Needed from the data below: every line from the one with "f 177 312 313" up to and including the one with "f 122 327 328", repeated exactly and with nothing else.

▬▬▬▬▬▬

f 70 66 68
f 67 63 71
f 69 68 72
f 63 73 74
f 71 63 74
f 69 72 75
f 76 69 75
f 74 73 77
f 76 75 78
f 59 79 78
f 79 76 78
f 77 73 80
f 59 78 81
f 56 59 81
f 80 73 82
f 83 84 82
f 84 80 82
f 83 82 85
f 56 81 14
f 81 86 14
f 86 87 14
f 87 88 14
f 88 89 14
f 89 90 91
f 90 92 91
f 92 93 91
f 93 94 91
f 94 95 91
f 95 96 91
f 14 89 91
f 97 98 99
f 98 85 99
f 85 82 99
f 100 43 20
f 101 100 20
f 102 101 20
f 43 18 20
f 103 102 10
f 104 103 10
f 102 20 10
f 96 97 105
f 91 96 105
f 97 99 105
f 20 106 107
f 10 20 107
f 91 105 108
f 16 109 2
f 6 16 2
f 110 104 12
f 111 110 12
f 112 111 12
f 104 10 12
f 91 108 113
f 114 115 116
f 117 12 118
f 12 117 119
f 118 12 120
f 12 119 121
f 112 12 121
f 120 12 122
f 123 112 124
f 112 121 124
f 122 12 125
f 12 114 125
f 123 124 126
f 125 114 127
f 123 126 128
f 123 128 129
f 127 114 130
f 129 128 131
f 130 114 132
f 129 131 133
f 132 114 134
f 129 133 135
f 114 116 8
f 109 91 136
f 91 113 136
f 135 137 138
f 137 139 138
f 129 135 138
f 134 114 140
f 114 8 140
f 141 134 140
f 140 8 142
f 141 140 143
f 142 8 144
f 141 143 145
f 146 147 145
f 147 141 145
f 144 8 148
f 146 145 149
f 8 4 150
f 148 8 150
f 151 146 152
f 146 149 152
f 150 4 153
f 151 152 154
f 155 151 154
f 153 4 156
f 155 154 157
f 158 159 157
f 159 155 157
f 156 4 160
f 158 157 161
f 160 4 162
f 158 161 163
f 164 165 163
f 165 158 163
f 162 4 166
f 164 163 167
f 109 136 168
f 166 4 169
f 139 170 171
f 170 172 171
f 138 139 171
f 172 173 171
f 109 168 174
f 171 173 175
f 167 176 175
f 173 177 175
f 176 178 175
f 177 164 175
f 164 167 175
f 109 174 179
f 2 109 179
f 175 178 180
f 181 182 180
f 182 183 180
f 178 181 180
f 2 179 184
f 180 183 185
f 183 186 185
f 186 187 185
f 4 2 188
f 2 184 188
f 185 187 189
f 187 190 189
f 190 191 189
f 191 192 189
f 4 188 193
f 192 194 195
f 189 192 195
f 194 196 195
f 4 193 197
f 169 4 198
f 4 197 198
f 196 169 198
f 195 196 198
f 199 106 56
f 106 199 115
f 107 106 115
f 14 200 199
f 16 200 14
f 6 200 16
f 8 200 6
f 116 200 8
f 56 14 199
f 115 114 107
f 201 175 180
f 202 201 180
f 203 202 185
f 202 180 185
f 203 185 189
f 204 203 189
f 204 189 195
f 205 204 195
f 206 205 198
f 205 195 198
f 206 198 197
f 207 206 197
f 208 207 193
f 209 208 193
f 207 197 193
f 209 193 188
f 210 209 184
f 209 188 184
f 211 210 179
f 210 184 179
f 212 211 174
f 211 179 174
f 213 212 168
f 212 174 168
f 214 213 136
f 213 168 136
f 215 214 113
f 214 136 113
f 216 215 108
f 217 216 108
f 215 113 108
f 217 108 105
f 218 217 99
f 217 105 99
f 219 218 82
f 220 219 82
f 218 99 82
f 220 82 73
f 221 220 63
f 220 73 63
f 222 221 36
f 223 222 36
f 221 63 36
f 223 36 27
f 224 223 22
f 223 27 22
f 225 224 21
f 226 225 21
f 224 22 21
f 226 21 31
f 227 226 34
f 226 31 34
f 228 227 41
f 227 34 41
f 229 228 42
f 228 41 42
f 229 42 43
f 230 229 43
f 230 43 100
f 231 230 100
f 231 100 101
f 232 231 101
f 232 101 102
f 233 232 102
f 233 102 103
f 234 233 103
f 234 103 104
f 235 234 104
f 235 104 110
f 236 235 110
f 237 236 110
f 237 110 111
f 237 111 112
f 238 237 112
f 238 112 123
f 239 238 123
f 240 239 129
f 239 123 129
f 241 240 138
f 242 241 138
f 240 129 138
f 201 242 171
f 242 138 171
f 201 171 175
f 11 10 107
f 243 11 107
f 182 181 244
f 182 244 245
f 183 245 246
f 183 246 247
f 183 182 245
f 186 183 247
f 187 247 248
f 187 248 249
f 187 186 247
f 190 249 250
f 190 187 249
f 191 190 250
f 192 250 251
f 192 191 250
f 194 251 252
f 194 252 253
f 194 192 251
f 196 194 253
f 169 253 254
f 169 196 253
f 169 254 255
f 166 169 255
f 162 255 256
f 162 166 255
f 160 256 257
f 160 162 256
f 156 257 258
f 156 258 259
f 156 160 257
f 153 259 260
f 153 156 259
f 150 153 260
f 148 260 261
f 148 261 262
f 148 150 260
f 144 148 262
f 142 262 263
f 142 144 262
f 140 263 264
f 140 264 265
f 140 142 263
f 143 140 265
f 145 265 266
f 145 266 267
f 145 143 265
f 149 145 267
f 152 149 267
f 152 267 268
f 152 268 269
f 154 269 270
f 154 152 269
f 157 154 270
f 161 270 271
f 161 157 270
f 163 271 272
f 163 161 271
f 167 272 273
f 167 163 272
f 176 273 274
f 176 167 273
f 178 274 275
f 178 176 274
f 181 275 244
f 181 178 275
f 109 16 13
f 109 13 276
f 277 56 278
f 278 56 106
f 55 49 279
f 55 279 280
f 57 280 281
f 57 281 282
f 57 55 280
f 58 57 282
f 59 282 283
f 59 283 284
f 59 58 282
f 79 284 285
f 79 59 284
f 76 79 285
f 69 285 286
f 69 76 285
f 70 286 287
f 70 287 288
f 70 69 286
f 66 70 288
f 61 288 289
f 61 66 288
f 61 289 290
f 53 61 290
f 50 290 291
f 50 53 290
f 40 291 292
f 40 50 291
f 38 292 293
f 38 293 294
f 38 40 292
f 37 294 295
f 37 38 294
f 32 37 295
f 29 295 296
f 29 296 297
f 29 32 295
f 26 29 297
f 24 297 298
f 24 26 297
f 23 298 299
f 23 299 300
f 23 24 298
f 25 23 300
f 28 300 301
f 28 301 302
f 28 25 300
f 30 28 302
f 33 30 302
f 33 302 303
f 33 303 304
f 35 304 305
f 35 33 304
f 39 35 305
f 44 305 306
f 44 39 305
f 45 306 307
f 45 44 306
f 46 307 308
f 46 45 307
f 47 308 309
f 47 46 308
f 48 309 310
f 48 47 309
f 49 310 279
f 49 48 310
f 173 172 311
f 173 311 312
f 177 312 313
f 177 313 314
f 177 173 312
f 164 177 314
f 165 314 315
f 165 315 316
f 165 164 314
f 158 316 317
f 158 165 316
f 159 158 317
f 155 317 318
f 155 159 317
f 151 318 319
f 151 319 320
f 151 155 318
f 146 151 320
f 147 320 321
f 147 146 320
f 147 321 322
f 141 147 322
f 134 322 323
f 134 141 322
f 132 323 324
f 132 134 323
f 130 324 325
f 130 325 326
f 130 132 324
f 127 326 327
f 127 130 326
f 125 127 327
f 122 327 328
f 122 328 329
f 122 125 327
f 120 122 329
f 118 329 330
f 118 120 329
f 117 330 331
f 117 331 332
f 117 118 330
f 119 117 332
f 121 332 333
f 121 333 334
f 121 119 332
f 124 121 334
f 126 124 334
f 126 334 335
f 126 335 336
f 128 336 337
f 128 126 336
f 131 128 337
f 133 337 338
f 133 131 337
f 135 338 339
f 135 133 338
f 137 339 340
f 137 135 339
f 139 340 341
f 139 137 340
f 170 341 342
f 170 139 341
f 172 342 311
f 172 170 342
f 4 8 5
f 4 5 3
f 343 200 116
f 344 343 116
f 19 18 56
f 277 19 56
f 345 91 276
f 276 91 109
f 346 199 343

▬▬▬▬▬▬

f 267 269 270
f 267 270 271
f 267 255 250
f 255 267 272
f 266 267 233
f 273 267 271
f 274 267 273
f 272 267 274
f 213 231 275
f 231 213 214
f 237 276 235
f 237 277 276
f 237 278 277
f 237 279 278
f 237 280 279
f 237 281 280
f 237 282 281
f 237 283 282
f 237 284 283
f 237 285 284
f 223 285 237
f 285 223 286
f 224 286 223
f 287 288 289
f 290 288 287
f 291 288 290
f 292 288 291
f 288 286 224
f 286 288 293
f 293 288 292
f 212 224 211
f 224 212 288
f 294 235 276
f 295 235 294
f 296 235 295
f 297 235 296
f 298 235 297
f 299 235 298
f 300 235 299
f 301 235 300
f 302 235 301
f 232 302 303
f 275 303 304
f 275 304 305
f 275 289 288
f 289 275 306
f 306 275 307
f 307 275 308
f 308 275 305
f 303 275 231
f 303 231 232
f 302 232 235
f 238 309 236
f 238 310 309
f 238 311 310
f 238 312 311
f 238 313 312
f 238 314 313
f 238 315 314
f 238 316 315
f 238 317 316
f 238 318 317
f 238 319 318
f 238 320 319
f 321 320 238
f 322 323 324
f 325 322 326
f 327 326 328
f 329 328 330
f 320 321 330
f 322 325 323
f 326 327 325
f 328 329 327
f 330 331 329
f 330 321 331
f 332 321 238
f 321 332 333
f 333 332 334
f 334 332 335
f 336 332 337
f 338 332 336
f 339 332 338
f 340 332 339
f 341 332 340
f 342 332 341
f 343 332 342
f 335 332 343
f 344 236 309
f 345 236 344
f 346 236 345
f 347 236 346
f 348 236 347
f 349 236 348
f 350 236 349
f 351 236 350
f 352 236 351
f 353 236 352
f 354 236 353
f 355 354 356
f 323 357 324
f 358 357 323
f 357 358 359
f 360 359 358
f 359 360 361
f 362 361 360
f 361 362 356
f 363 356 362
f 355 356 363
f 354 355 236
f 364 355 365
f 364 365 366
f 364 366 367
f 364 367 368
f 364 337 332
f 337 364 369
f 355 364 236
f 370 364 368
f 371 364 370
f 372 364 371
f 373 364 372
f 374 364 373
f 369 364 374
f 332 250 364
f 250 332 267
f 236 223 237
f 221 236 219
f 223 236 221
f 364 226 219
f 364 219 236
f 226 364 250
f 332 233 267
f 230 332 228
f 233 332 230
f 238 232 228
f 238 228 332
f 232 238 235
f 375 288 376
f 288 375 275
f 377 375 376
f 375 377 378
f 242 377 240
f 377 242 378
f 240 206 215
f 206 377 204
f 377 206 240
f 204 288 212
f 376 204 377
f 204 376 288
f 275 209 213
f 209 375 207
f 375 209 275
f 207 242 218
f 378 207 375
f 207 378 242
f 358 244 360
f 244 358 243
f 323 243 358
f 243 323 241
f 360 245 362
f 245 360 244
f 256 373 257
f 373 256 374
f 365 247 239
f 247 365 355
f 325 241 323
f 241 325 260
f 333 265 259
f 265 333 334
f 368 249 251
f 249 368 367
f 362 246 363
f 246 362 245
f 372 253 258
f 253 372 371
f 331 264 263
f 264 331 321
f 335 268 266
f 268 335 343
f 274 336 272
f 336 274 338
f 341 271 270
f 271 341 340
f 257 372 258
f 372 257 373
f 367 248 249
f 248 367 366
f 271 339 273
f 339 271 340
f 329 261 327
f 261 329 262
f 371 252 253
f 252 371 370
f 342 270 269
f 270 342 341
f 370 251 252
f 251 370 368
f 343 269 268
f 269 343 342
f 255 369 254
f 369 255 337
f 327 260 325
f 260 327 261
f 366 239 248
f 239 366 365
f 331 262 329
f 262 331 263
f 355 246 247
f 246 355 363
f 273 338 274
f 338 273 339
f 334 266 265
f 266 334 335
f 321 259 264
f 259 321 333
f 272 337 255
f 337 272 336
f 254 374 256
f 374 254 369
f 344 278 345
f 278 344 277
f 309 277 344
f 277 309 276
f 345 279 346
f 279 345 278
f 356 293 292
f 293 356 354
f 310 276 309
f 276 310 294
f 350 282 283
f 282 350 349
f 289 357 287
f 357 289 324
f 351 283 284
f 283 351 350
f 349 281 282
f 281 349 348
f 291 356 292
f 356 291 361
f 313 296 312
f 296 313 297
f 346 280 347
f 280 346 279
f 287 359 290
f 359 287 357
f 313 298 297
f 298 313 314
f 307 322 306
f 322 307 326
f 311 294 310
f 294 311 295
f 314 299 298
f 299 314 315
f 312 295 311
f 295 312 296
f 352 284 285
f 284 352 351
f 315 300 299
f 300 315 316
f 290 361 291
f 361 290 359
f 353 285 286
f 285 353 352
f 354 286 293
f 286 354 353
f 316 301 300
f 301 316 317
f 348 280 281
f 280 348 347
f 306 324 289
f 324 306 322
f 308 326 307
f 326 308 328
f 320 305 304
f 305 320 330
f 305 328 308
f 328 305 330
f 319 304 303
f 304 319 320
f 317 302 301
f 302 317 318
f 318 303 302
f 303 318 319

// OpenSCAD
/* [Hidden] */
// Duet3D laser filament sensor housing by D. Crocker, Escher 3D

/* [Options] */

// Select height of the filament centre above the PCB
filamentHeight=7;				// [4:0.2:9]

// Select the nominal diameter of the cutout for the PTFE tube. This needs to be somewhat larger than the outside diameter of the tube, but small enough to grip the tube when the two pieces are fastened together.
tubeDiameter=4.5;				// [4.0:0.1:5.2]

▬▬▬▬▬▬

**Expected output**
f 177 312 313
f 177 313 314
f 177 173 312
f 164 177 314
f 165 314 315
f 165 315 316
f 165 164 314
f 158 316 317
f 158 165 316
f 159 158 317
f 155 317 318
f 155 159 317
f 151 318 319
f 151 319 320
f 151 155 318
f 146 151 320
f 147 320 321
f 147 146 320
f 147 321 322
f 141 147 322
f 134 322 323
f 134 141 322
f 132 323 324
f 132 134 323
f 130 324 325
f 130 325 326
f 130 132 324
f 127 326 327
f 127 130 326
f 125 127 327
f 122 327 328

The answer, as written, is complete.